🤖 AI Summary
To address the high carbon footprint of large language model (LLM) services in wireless environments—and the prevailing neglect of communication-related emissions in existing studies—this paper proposes the first end-to-end carbon footprint quantification model that jointly characterizes greenhouse gas emissions from both inference computation and wireless transmission. Building upon this model, we design a low-carbon-oriented deep reinforcement learning algorithm, termed SDRL, which employs a spiking neural network (SNN) as the actor to jointly optimize inference output quality and base station transmit power under QoE and system performance constraints. Compared to the soft Actor-Critic baseline, SDRL reduces total carbon footprint by 18.77%, significantly enhancing the energy efficiency and sustainability of wireless LLM services.

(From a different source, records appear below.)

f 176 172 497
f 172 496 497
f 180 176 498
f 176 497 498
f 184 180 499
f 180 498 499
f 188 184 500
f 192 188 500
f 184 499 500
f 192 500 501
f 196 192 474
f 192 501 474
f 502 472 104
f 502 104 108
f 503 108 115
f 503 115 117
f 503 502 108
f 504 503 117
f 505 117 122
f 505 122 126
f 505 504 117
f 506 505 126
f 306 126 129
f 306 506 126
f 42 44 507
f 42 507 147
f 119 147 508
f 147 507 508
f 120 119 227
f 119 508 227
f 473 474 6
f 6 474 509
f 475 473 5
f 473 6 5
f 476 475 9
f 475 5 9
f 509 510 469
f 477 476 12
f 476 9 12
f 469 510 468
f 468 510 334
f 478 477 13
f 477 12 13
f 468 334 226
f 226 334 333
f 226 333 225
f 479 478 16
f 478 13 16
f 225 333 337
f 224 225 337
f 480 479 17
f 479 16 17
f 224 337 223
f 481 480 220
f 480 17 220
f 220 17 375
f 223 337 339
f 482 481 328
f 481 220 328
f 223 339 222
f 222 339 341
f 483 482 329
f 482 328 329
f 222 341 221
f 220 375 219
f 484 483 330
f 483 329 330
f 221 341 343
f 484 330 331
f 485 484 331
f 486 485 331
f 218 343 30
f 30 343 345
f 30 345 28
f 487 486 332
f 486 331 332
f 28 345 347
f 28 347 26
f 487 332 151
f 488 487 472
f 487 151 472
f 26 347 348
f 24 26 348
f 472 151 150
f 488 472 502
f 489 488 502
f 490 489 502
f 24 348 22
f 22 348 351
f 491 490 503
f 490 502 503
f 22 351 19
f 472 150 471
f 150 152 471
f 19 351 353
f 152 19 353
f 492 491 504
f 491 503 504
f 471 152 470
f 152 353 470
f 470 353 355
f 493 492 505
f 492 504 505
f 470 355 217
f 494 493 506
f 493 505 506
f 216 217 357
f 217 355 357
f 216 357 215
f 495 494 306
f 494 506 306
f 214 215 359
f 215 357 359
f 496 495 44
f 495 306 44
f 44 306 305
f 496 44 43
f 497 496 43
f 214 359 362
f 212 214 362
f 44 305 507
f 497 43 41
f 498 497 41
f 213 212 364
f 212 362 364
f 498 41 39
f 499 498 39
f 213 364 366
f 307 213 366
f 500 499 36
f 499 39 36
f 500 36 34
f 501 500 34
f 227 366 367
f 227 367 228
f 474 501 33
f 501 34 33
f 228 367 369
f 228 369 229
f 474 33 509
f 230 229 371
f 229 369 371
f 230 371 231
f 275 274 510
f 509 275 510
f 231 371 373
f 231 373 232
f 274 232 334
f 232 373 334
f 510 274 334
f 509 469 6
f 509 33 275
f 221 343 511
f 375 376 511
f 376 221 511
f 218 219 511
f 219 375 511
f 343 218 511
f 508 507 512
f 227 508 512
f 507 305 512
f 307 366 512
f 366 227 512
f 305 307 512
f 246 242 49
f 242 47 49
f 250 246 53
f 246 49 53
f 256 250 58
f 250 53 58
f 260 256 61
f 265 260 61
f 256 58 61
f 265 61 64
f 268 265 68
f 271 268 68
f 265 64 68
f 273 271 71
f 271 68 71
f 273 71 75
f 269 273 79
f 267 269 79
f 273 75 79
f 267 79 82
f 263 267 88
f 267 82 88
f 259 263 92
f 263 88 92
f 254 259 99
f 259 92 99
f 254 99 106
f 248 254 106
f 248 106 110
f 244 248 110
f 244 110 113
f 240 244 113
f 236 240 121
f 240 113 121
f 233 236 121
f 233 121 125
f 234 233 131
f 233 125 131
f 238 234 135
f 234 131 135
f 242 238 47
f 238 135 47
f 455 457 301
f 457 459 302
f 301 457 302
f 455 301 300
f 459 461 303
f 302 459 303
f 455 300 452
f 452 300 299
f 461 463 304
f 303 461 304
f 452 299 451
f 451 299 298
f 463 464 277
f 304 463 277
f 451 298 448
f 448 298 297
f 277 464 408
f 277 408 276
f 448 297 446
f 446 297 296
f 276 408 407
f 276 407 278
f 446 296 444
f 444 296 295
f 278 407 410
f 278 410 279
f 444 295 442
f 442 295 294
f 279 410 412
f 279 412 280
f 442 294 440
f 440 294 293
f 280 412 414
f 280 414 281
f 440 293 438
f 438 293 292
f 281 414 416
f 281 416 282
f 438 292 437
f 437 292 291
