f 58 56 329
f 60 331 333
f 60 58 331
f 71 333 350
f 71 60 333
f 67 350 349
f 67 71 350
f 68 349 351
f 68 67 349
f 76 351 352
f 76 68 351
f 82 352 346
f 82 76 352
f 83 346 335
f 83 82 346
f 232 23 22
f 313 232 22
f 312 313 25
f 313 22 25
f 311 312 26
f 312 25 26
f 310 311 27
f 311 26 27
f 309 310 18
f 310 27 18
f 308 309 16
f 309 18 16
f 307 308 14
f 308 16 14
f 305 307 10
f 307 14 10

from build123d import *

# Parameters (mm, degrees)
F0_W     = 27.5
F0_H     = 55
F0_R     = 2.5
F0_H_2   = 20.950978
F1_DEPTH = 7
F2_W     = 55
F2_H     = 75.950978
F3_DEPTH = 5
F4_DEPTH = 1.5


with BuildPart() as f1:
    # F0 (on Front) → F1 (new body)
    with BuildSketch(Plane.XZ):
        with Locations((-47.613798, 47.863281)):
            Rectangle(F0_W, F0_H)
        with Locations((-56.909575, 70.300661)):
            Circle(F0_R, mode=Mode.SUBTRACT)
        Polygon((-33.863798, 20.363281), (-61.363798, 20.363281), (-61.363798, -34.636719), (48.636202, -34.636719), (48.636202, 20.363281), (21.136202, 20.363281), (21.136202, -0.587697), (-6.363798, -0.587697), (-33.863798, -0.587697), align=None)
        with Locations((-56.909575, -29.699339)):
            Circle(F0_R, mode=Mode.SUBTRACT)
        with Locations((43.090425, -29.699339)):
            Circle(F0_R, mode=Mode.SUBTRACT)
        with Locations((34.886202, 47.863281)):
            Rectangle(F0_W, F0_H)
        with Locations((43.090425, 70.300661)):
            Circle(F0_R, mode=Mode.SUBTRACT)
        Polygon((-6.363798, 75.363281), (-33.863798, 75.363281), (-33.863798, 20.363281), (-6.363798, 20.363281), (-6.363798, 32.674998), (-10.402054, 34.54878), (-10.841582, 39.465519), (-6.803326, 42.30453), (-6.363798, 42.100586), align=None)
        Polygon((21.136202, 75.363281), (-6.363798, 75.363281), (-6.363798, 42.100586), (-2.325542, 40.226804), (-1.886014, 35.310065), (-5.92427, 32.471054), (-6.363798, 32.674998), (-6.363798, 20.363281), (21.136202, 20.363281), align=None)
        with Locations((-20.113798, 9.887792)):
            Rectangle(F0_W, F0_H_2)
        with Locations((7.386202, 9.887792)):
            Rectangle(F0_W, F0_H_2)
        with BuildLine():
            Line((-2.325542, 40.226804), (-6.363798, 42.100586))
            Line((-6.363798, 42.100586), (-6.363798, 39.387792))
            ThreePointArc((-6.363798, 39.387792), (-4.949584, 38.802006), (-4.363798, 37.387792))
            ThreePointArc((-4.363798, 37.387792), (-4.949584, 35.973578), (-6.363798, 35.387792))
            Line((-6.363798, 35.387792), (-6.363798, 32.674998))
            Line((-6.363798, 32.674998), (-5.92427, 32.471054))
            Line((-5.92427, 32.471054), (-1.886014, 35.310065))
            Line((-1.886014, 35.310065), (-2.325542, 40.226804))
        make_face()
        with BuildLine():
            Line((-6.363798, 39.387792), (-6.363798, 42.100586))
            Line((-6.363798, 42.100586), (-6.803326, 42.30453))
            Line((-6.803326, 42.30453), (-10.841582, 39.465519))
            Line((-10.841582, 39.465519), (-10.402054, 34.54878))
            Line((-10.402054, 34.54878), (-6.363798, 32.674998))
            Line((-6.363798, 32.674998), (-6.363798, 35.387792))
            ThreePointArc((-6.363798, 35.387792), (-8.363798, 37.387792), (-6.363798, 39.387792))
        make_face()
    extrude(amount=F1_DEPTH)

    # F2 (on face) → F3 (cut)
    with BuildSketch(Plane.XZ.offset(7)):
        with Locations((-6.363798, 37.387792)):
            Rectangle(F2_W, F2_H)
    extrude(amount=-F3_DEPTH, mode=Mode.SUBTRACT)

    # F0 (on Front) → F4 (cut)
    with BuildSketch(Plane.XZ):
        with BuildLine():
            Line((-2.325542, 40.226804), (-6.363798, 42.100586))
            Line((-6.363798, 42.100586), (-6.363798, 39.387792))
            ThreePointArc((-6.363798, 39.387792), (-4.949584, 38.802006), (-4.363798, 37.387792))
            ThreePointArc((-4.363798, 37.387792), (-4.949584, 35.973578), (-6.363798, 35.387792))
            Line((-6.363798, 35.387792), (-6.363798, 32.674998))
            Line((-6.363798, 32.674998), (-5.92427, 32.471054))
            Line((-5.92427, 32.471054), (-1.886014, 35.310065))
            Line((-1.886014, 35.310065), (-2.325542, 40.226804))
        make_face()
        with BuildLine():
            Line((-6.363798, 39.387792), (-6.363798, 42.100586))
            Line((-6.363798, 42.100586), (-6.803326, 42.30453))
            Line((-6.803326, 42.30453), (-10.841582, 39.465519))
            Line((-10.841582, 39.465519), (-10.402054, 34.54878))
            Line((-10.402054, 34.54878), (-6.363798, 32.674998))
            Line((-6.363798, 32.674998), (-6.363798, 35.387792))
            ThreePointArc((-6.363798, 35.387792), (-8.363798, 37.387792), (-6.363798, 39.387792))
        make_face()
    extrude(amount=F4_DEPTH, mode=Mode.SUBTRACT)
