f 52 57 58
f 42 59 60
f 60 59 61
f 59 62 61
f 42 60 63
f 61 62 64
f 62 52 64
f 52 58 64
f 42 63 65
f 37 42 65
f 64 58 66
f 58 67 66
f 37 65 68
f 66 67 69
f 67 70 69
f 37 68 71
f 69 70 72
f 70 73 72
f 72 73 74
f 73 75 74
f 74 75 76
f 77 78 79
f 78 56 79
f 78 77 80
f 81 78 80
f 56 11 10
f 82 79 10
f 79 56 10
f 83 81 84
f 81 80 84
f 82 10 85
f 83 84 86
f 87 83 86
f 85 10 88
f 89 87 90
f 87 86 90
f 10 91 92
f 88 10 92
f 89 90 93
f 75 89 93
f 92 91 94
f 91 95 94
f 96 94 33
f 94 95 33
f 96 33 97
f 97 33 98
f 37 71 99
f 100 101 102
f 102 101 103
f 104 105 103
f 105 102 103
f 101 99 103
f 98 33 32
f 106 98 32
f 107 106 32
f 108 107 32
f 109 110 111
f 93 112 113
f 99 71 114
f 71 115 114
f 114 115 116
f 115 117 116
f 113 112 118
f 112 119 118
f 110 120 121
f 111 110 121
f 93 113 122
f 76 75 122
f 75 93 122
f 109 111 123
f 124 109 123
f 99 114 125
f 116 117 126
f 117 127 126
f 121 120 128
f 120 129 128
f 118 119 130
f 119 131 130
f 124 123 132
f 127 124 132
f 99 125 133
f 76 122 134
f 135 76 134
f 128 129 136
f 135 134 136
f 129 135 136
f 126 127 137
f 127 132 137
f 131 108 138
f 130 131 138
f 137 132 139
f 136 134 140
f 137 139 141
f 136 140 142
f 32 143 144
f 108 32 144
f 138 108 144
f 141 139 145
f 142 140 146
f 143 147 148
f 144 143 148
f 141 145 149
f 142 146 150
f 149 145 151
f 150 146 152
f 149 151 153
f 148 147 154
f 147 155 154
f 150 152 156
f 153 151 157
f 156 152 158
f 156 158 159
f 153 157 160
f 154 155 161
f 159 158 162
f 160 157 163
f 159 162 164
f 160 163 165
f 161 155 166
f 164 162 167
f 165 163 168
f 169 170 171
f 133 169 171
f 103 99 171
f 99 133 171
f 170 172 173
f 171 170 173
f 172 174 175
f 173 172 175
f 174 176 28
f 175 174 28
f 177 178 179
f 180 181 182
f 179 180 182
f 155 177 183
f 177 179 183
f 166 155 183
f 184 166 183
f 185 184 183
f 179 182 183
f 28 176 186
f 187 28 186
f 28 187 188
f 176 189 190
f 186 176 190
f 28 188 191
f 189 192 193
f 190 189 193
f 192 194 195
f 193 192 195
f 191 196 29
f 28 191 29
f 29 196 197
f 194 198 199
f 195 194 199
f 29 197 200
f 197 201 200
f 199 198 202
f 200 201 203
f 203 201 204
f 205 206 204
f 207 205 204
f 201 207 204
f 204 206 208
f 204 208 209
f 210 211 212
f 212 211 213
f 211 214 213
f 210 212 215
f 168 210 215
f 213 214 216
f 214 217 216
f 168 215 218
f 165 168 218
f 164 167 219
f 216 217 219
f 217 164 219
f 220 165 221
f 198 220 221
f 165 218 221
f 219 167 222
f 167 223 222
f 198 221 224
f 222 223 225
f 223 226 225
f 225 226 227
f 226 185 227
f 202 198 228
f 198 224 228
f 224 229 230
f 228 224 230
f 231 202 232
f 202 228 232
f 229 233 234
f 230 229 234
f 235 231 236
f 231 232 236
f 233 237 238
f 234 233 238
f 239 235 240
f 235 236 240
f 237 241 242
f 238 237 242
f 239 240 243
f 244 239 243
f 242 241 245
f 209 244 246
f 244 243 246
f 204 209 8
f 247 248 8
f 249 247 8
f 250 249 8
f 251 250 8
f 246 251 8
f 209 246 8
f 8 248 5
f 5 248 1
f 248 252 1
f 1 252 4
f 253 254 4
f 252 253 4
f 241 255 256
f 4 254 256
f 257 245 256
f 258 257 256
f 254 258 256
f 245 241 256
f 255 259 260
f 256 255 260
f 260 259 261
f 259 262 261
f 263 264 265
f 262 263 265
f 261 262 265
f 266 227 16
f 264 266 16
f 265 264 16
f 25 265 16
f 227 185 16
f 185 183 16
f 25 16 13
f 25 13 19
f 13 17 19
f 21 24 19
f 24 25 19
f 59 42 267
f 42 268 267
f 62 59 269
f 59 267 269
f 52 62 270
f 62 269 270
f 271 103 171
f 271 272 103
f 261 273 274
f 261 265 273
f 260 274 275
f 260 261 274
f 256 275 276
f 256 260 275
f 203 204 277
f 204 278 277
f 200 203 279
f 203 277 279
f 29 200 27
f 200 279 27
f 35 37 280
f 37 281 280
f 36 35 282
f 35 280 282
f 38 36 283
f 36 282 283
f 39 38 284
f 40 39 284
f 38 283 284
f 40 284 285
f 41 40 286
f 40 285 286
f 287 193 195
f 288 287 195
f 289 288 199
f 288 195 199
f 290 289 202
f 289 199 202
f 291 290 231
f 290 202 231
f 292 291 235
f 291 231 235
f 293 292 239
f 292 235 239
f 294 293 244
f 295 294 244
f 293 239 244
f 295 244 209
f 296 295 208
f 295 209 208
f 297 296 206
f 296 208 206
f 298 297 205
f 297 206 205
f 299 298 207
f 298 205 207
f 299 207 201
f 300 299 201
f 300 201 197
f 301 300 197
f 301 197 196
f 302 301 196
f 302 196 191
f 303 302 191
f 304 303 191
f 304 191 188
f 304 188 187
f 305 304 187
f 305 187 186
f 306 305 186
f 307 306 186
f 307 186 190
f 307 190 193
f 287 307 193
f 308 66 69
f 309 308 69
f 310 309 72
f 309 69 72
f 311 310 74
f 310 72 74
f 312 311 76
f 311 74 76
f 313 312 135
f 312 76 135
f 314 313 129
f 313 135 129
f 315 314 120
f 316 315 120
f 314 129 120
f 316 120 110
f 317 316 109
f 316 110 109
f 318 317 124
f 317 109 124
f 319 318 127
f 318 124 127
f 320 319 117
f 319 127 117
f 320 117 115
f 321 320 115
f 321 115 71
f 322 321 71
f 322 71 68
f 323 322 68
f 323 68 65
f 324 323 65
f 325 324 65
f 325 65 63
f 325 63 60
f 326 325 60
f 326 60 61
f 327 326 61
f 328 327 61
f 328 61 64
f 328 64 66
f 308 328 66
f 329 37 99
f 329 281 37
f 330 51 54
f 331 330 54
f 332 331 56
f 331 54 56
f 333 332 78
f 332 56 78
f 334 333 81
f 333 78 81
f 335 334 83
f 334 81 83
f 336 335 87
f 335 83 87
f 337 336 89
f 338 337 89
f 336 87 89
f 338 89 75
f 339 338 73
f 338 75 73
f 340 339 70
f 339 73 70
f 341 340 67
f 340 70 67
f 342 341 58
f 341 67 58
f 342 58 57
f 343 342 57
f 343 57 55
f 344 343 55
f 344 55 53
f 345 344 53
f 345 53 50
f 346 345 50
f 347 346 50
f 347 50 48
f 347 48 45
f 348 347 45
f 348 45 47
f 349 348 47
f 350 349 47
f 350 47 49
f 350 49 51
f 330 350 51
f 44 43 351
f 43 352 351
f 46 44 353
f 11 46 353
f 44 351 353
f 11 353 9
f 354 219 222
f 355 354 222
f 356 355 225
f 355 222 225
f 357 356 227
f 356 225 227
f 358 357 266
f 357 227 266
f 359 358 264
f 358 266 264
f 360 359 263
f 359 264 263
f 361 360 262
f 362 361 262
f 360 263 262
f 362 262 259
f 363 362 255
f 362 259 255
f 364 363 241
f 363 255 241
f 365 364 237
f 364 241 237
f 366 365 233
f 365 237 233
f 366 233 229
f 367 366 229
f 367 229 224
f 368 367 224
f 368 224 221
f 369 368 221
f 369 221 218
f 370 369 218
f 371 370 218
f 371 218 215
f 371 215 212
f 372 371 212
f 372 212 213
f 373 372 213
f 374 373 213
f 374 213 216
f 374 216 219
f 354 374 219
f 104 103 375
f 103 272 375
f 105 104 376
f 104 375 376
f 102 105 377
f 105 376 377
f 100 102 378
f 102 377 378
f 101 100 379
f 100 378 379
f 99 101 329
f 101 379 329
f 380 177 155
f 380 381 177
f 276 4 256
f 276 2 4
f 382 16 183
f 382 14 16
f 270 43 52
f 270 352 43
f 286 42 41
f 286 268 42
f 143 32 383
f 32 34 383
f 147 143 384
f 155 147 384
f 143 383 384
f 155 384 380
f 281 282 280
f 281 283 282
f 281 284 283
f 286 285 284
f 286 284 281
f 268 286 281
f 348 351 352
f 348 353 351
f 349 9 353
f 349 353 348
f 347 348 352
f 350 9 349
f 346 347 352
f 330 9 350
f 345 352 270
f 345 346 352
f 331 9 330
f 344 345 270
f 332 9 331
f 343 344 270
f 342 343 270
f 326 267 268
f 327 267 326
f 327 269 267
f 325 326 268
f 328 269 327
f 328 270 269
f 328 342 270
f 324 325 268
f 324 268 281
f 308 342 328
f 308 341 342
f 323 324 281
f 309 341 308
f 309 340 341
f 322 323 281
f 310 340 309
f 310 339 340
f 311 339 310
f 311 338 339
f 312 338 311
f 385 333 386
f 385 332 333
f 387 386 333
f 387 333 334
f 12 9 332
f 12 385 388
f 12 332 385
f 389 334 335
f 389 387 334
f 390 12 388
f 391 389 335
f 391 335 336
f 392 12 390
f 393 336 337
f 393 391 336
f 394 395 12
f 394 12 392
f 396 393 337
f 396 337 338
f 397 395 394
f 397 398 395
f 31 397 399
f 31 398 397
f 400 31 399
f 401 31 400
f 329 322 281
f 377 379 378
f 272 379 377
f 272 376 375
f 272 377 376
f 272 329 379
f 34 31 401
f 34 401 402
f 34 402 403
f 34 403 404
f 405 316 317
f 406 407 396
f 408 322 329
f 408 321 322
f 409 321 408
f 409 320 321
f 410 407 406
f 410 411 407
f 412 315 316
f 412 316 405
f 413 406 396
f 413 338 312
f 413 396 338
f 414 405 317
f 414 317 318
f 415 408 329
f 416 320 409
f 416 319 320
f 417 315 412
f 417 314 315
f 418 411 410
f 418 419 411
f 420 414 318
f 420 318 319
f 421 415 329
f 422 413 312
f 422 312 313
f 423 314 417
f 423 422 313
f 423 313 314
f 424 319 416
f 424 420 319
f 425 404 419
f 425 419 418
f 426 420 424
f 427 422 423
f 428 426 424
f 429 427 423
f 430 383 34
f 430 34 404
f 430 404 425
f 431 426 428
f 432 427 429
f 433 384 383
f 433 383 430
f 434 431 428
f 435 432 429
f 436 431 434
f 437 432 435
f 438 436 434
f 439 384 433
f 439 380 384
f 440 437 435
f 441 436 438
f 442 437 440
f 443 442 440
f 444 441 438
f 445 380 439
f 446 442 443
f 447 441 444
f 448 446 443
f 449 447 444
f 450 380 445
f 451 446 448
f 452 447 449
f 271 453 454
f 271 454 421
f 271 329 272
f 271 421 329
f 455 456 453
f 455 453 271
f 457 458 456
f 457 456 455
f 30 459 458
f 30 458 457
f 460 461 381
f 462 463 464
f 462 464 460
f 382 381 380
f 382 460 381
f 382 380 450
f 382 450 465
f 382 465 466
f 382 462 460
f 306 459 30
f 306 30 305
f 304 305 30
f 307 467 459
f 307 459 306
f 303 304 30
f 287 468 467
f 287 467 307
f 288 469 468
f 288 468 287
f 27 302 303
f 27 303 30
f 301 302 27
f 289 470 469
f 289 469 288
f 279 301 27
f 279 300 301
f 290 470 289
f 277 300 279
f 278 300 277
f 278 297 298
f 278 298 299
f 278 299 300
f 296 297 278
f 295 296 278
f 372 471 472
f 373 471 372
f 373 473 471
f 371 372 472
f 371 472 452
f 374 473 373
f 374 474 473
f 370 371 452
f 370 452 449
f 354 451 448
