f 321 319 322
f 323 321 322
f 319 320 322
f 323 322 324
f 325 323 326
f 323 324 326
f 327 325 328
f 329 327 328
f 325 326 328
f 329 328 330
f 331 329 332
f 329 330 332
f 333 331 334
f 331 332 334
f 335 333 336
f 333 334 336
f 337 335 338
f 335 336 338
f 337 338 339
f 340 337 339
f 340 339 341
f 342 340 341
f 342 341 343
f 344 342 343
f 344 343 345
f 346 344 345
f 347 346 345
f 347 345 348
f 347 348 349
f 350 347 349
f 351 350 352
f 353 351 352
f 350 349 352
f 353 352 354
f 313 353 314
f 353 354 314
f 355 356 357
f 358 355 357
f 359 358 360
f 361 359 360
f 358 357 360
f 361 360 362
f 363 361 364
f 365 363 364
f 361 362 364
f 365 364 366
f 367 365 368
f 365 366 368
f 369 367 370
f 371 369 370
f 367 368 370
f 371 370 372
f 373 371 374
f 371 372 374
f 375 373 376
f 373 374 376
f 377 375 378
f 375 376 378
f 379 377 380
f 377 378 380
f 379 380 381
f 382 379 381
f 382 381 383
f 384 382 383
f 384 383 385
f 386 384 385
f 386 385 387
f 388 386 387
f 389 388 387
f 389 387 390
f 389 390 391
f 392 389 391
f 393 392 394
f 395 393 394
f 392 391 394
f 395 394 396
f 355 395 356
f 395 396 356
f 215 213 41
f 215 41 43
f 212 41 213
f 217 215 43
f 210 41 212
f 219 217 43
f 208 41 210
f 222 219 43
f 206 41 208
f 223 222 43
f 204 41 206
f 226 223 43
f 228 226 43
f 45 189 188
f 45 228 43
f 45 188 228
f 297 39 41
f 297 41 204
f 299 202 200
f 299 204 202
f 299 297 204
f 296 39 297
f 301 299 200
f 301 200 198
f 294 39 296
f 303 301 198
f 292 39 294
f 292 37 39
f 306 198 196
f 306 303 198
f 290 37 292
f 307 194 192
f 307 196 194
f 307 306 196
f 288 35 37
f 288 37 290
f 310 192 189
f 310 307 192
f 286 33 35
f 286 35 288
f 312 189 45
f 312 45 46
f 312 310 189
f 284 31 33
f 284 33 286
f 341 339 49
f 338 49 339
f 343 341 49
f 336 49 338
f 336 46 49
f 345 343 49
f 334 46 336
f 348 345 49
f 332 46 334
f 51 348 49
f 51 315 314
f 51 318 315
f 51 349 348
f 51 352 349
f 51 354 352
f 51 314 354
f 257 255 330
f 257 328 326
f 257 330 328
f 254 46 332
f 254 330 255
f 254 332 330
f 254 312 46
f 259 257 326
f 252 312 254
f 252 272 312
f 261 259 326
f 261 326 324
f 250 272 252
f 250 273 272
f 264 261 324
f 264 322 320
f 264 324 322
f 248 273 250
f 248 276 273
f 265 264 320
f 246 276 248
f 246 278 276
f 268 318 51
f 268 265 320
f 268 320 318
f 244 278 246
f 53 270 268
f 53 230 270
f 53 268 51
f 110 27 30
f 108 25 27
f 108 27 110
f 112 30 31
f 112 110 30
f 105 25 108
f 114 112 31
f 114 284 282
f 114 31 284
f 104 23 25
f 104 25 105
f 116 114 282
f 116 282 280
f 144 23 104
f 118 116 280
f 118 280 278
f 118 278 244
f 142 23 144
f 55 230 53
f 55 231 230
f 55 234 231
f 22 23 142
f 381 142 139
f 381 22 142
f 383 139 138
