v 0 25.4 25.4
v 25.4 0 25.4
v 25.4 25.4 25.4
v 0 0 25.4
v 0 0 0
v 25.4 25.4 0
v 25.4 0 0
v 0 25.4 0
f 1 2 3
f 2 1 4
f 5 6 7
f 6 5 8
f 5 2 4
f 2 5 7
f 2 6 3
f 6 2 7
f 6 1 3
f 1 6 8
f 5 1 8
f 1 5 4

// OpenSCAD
// file: defs.scad
JointVertSpace=30;
LayerUnit=100;
SpacedLayer=LayerUnit+JointVertSpace;
JointR = 400;
ShaftR = 200;
ShaftHole=230;
ShaftTight=205;
HexTight=210;
MagicMult = 50;

// Spine Horizontal
MagicA = MagicMult * 38;
// Spine Verticial
MagicL = MagicMult * 7.8;

// Leg Triangle
MagicG = MagicMult * 36.7; // a
MagicH = MagicMult * 65.7; // c
MagicI = MagicMult * 49;   // b

// Driver Triangle
MagicB = MagicMult * 41.5;
MagicD = MagicMult * 40.1;
MagicE = MagicMult * 55.8;

// Front Strut
MagicC = MagicMult * 39.3;
FsLen = MagicC;

// Back Strut
MagicF = MagicMult * 39.4;
BsLen = MagicF;

// Lower Driver Strut
MagicK = MagicMult * 61.9;

// Upper Driver Strut
MagicJ = MagicMult * 50;

// Cam radius
MagicM = MagicMult * 15;

spineLength = sqrt(pow(MagicA, 2) + pow(MagicL,2));
// main file
include <defs.scad>
RealityScale = 1.27;
ViewScale=[.02*RealityScale,.02*RealityScale,.02*RealityScale];

scale(ViewScale)
{
    cube([1000, 1000, 1000]);
}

Key contributions include: (i) the first holistic carbon modeling framework for wireless LLMs spanning the entire service chain, and (ii) an SNN-driven reinforcement learning architecture enabling co-optimization of computation and communication for carbon reduction.
📝 Abstract
Recent advancements in large language models (LLMs) have led to their widespread adoption and large-scale deployment across various domains. However, their environmental impact, particularly during inference, has become a growing concern due to their substantial energy consumption and carbon footprint. Existing research has focused on inference computation alone, overlooking the analysis and optimization of carbon footprint in network-aided LLM service systems. To address this gap, we propose AOLO, a framework for analysis and optimization for low-carbon oriented wireless LLM services. AOLO introduces a comprehensive carbon footprint model that quantifies greenhouse gas emissions across the entire LLM service chain, including computational inference and wireless communication. Furthermore, we formulate an optimization problem aimed at minimizing the overall carbon footprint, which is solved through joint optimization of inference outputs and transmit power under quality-of-experience and system performance constraints. To achieve this joint optimization, we leverage the energy efficiency of spiking neural networks (SNNs) by adopting SNN as the actor network and propose a low-carbon-oriented optimization algorithm, i.e., SNN-based deep reinforcement learning (SDRL). Comprehensive simulations demonstrate that SDRL algorithm significantly reduces overall carbon footprint, achieving an 18.77% reduction compared to the benchmark soft actor-critic, highlighting its potential for enabling more sustainable LLM inference services.